== Work to be completed ==
Give again, word for word, every line in the entries below from the line with "v -844.155 -825.5 -725.753" up to and including the line with "v 163.191 -361.786 119.59", and no other line.

== Data ==

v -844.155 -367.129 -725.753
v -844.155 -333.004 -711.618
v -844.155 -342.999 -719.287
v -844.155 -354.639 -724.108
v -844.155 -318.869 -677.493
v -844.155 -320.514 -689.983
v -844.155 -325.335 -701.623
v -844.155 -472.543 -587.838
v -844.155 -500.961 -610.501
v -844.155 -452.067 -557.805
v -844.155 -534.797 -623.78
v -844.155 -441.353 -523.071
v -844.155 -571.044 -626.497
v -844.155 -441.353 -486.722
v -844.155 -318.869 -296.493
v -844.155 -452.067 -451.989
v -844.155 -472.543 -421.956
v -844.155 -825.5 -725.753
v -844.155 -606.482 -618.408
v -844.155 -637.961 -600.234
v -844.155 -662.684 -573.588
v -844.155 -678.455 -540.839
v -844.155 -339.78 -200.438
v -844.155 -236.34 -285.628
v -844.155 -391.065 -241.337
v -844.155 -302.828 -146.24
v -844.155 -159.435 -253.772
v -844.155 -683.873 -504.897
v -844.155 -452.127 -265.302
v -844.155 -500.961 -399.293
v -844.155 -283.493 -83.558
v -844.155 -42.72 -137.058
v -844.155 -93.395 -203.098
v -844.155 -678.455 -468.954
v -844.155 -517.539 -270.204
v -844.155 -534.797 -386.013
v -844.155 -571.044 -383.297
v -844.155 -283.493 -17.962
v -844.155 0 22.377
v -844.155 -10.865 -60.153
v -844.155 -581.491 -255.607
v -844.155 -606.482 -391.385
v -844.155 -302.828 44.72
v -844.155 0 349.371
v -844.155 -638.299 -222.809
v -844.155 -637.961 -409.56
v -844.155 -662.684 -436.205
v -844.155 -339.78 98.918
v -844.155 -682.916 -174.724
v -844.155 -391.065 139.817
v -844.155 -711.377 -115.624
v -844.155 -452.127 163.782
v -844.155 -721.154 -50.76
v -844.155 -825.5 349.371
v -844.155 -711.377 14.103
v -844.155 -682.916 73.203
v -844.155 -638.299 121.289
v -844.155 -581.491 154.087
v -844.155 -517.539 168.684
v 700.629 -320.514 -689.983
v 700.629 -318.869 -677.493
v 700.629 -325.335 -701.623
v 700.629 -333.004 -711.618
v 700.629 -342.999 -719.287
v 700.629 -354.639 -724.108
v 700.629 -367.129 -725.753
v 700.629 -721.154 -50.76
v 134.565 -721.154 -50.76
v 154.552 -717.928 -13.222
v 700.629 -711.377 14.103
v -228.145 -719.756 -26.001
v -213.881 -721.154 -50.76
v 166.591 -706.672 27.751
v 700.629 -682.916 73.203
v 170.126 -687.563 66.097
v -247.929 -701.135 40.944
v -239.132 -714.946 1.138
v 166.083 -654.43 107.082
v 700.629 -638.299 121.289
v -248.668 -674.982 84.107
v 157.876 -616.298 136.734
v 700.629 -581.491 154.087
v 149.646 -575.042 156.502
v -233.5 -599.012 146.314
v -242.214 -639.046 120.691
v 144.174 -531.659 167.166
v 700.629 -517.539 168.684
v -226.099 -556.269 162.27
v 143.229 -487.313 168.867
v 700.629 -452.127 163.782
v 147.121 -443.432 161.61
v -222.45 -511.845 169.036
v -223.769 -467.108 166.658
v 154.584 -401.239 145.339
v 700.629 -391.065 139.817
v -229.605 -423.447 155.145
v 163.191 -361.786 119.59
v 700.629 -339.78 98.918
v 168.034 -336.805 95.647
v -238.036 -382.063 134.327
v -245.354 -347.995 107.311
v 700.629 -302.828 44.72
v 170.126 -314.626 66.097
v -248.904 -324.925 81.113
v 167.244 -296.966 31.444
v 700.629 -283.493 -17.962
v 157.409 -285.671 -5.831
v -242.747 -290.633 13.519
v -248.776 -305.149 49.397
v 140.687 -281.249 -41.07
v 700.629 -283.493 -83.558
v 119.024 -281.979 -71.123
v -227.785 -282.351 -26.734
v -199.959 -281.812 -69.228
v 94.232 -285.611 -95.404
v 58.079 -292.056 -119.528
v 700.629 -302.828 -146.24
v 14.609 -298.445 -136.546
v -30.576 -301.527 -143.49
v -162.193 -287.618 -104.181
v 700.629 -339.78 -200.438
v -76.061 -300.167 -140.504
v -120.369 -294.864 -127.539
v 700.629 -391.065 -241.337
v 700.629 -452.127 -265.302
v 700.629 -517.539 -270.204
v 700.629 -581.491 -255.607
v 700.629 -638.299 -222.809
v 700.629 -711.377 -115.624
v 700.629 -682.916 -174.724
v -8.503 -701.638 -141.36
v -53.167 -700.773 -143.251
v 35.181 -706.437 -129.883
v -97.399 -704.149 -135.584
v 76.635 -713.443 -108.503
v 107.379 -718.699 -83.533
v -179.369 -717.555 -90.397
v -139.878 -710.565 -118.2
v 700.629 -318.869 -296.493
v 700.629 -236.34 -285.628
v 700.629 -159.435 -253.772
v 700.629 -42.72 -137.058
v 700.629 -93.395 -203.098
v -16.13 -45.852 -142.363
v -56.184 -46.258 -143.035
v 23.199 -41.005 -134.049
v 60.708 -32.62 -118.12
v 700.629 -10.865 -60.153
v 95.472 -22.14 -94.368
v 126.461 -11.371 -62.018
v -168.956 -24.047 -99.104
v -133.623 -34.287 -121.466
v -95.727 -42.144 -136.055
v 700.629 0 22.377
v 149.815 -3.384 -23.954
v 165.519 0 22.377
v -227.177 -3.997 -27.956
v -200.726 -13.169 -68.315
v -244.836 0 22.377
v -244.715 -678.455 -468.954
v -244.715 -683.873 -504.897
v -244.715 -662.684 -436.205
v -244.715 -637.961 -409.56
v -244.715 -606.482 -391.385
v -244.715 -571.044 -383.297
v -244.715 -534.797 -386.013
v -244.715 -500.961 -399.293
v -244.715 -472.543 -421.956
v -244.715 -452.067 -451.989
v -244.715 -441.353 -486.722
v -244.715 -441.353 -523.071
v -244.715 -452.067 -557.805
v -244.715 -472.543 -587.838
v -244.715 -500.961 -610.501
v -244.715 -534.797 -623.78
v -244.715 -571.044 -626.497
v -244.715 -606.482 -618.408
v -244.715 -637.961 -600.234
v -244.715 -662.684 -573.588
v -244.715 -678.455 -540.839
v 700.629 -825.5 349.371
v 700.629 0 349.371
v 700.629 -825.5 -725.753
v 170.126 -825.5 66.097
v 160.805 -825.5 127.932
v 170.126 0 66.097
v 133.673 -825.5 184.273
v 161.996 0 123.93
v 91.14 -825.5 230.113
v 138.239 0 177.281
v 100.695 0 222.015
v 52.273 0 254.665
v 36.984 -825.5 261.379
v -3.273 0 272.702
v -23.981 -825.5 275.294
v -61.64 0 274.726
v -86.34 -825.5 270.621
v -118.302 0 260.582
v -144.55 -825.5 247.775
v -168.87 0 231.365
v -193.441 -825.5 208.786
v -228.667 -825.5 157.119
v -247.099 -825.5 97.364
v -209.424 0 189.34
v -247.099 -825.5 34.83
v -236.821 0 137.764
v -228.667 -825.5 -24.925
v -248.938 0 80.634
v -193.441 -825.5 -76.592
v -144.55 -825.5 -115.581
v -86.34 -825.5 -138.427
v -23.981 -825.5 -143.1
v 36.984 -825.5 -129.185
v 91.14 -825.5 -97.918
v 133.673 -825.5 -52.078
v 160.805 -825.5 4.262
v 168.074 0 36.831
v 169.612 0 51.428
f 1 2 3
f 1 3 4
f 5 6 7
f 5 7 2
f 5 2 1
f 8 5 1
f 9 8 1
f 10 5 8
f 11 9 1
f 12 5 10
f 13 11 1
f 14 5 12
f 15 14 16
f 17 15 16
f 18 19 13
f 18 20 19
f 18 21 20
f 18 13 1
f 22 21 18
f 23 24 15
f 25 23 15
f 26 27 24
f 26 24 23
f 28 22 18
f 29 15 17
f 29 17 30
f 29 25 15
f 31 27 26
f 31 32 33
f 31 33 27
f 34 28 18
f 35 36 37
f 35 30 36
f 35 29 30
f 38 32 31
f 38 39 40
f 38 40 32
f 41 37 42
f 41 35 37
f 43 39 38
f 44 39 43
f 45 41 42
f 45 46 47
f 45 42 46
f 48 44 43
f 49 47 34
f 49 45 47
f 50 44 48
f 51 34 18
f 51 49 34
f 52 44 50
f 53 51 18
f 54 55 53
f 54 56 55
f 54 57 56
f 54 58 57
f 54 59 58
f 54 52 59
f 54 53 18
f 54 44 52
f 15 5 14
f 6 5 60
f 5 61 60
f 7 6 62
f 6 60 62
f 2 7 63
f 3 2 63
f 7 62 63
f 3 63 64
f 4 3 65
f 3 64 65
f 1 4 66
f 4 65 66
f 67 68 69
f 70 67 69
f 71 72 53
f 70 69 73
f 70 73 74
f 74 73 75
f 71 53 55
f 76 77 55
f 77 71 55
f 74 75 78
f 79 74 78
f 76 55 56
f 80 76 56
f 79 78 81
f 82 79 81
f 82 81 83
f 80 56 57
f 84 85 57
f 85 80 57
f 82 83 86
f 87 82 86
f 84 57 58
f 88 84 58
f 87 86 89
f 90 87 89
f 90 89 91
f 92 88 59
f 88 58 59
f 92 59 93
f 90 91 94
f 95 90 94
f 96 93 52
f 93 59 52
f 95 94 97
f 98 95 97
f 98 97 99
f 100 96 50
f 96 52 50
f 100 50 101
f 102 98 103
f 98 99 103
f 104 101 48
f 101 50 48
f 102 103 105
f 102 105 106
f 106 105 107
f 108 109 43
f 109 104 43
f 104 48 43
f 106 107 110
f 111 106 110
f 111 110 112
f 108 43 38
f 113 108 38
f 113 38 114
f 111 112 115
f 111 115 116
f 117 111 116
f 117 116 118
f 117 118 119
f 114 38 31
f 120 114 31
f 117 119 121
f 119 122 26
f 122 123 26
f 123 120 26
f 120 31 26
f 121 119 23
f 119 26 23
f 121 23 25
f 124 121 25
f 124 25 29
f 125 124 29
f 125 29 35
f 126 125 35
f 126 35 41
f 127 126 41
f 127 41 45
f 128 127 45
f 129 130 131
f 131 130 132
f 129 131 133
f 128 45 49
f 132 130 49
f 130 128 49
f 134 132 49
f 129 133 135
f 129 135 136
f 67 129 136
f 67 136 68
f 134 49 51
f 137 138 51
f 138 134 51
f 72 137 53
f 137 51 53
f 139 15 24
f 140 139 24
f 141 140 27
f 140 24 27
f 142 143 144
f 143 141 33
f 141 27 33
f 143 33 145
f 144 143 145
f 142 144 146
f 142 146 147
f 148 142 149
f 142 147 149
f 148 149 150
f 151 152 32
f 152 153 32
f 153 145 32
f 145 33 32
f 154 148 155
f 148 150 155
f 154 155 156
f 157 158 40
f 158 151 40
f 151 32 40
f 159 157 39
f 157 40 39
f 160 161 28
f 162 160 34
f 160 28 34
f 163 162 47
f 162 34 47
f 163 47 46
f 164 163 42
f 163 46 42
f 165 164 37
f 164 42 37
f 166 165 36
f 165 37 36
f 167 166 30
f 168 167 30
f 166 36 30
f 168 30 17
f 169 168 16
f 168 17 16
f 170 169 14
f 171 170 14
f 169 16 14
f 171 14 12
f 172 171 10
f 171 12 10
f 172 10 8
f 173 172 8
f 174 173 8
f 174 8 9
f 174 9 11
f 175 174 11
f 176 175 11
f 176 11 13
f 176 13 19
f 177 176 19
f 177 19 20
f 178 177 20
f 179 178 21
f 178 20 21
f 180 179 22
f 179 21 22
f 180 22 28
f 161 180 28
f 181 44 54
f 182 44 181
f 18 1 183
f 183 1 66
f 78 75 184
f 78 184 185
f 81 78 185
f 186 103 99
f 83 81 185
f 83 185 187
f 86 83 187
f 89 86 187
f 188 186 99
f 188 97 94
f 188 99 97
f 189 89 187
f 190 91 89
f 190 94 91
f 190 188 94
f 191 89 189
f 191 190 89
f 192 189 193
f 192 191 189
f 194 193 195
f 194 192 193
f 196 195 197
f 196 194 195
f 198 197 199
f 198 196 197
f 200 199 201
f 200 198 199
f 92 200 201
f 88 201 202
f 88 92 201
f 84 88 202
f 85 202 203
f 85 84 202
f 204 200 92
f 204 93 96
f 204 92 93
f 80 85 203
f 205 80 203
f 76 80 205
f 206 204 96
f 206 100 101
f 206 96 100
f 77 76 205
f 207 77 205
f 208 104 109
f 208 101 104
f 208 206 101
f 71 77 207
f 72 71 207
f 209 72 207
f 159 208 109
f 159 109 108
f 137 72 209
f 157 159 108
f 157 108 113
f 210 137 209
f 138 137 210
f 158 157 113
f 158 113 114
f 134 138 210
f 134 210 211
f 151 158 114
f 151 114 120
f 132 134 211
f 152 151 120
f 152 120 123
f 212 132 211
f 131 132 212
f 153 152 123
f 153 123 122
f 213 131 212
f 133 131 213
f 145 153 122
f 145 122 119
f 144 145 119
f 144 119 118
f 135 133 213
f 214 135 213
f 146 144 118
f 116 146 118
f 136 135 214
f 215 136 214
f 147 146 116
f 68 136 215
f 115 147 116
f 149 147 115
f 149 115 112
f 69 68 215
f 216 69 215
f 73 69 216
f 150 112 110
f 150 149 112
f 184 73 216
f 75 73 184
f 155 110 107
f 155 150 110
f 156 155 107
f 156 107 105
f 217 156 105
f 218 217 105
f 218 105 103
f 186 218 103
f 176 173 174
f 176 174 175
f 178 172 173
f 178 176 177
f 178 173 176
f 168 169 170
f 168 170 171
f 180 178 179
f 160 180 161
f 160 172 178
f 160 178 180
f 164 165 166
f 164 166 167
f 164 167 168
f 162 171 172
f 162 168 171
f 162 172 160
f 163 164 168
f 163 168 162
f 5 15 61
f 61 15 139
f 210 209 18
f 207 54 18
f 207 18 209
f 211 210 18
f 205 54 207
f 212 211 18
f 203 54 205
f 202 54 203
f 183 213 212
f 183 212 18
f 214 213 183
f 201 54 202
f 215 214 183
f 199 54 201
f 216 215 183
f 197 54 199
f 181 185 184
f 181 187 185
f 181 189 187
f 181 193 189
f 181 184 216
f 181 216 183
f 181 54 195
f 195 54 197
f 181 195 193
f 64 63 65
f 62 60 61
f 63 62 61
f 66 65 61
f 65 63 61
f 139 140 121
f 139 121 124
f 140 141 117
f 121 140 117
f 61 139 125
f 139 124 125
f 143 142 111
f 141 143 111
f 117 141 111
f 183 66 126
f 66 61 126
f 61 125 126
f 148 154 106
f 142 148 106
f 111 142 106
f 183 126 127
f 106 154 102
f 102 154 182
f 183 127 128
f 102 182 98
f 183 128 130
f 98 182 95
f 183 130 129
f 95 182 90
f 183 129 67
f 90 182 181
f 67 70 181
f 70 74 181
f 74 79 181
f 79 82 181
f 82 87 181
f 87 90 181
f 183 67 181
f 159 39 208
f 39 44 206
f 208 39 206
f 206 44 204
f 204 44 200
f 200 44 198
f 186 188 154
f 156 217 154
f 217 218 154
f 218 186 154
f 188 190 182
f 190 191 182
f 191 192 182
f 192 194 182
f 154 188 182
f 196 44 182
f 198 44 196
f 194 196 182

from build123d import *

# Parameters (mm, degrees)
F0_W        = 1544.7841286659
F0_H        = 645.8633244038
F0_R        = 209.7838577095
F1_DEPTH    = 825.5
F2_T1_DEPTH = 3139.1307652571
F3_DEPTH    = 429.26
F4_R        = 220.0590869867
F5_DEPTH    = 1765.3
F6_R        = 48.26
F4_R_2      = 121.9408524026
F7_DEPTH    = 599.44


# Not quite as in the source:
# - a fillet or chamfer that OpenCascade refuses, or shapes differently, is made with other operations: its cross-section is extruded or revolved along the edge and cut away or added


with BuildPart() as f1:
    # F0 (on Front) → F1 (new body)
    with BuildSketch(Plane.XZ):
        with Locations((-71.7625916004, 26.4388471842)):
            Rectangle(F0_W, F0_H)
        with Locations((-39.6583005786, 66.097125411)):
            Circle(F0_R, mode=Mode.SUBTRACT)
    extrude(amount=F1_DEPTH)

    # F2: fillet of radius 318.8693273182 on 1 edges, made by hand

    # F2_s2 → F2_t1 (cut)
    with BuildSketch(Plane.YZ.offset(-1641.327974229)):
        with BuildLine():
            ThreePointArc((-318.8693273182, -296.4928150177), (-93.3946636591, -203.0981513586), (0, 22.3765123005))
            Line((0, 22.3765123005), (0, -296.4928150177))
            Line((0, -296.4928150177), (-318.8693273182, -296.4928150177))
        make_face()
    extrude(amount=F2_T1_DEPTH, mode=Mode.SUBTRACT)

    # F3 (add): a face of the model
    f3_faces = [f1.faces().sort_by_distance(p)[0] for p in [
        (-71.7625916004, -572.1846636591, -296.4928150177),
    ]]
    extrude(f3_faces, amount=F3_DEPTH)

    # F4 (on face) → F5 (cut)
    with BuildSketch(Plane(origin=(-844.1546559334, 0, 0), x_dir=(0, -1, 0), z_dir=(-1, 0, 0))):
        with Locations((501.0944604874, -50.760243088)):
            Circle(F4_R)
    extrude(amount=-F5_DEPTH, mode=Mode.SUBTRACT)

    # F6
    f6_edges = [f1.edges().sort_by_distance(p)[0] for p in [
        (-71.762592, -318.869327, -725.752815),
    ]]
    fillet(f6_edges, radius=F6_R)

    # F4 (on face) → F7 (cut)
    with BuildSketch(Plane(origin=(-844.1546559334, 0, 0), x_dir=(0, -1, 0), z_dir=(-1, 0, 0))):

== Answer space ==
v -844.155 -825.5 -725.753
v -844.155 -606.482 -618.408
v -844.155 -637.961 -600.234
v -844.155 -662.684 -573.588
v -844.155 -678.455 -540.839
v -844.155 -339.78 -200.438
v -844.155 -236.34 -285.628
v -844.155 -391.065 -241.337
v -844.155 -302.828 -146.24
v -844.155 -159.435 -253.772
v -844.155 -683.873 -504.897
v -844.155 -452.127 -265.302
v -844.155 -500.961 -399.293
v -844.155 -283.493 -83.558
v -844.155 -42.72 -137.058
v -844.155 -93.395 -203.098
v -844.155 -678.455 -468.954
v -844.155 -517.539 -270.204
v -844.155 -534.797 -386.013
v -844.155 -571.044 -383.297
v -844.155 -283.493 -17.962
v -844.155 0 22.377
v -844.155 -10.865 -60.153
v -844.155 -581.491 -255.607
v -844.155 -606.482 -391.385
v -844.155 -302.828 44.72
v -844.155 0 349.371
v -844.155 -638.299 -222.809
v -844.155 -637.961 -409.56
v -844.155 -662.684 -436.205
v -844.155 -339.78 98.918
v -844.155 -682.916 -174.724
v -844.155 -391.065 139.817
v -844.155 -711.377 -115.624
v -844.155 -452.127 163.782
v -844.155 -721.154 -50.76
v -844.155 -825.5 349.371
v -844.155 -711.377 14.103
v -844.155 -682.916 73.203
v -844.155 -638.299 121.289
v -844.155 -581.491 154.087
v -844.155 -517.539 168.684
v 700.629 -320.514 -689.983
v 700.629 -318.869 -677.493
v 700.629 -325.335 -701.623
v 700.629 -333.004 -711.618
v 700.629 -342.999 -719.287
v 700.629 -354.639 -724.108
v 700.629 -367.129 -725.753
v 700.629 -721.154 -50.76
v 134.565 -721.154 -50.76
v 154.552 -717.928 -13.222
v 700.629 -711.377 14.103
v -228.145 -719.756 -26.001
v -213.881 -721.154 -50.76
v 166.591 -706.672 27.751
v 700.629 -682.916 73.203
v 170.126 -687.563 66.097
v -247.929 -701.135 40.944
v -239.132 -714.946 1.138
v 166.083 -654.43 107.082
v 700.629 -638.299 121.289
v -248.668 -674.982 84.107
v 157.876 -616.298 136.734
v 700.629 -581.491 154.087
v 149.646 -575.042 156.502
v -233.5 -599.012 146.314
v -242.214 -639.046 120.691
v 144.174 -531.659 167.166
v 700.629 -517.539 168.684
v -226.099 -556.269 162.27
v 143.229 -487.313 168.867
v 700.629 -452.127 163.782
v 147.121 -443.432 161.61
v -222.45 -511.845 169.036
v -223.769 -467.108 166.658
v 154.584 -401.239 145.339
v 700.629 -391.065 139.817
v -229.605 -423.447 155.145
v 163.191 -361.786 119.59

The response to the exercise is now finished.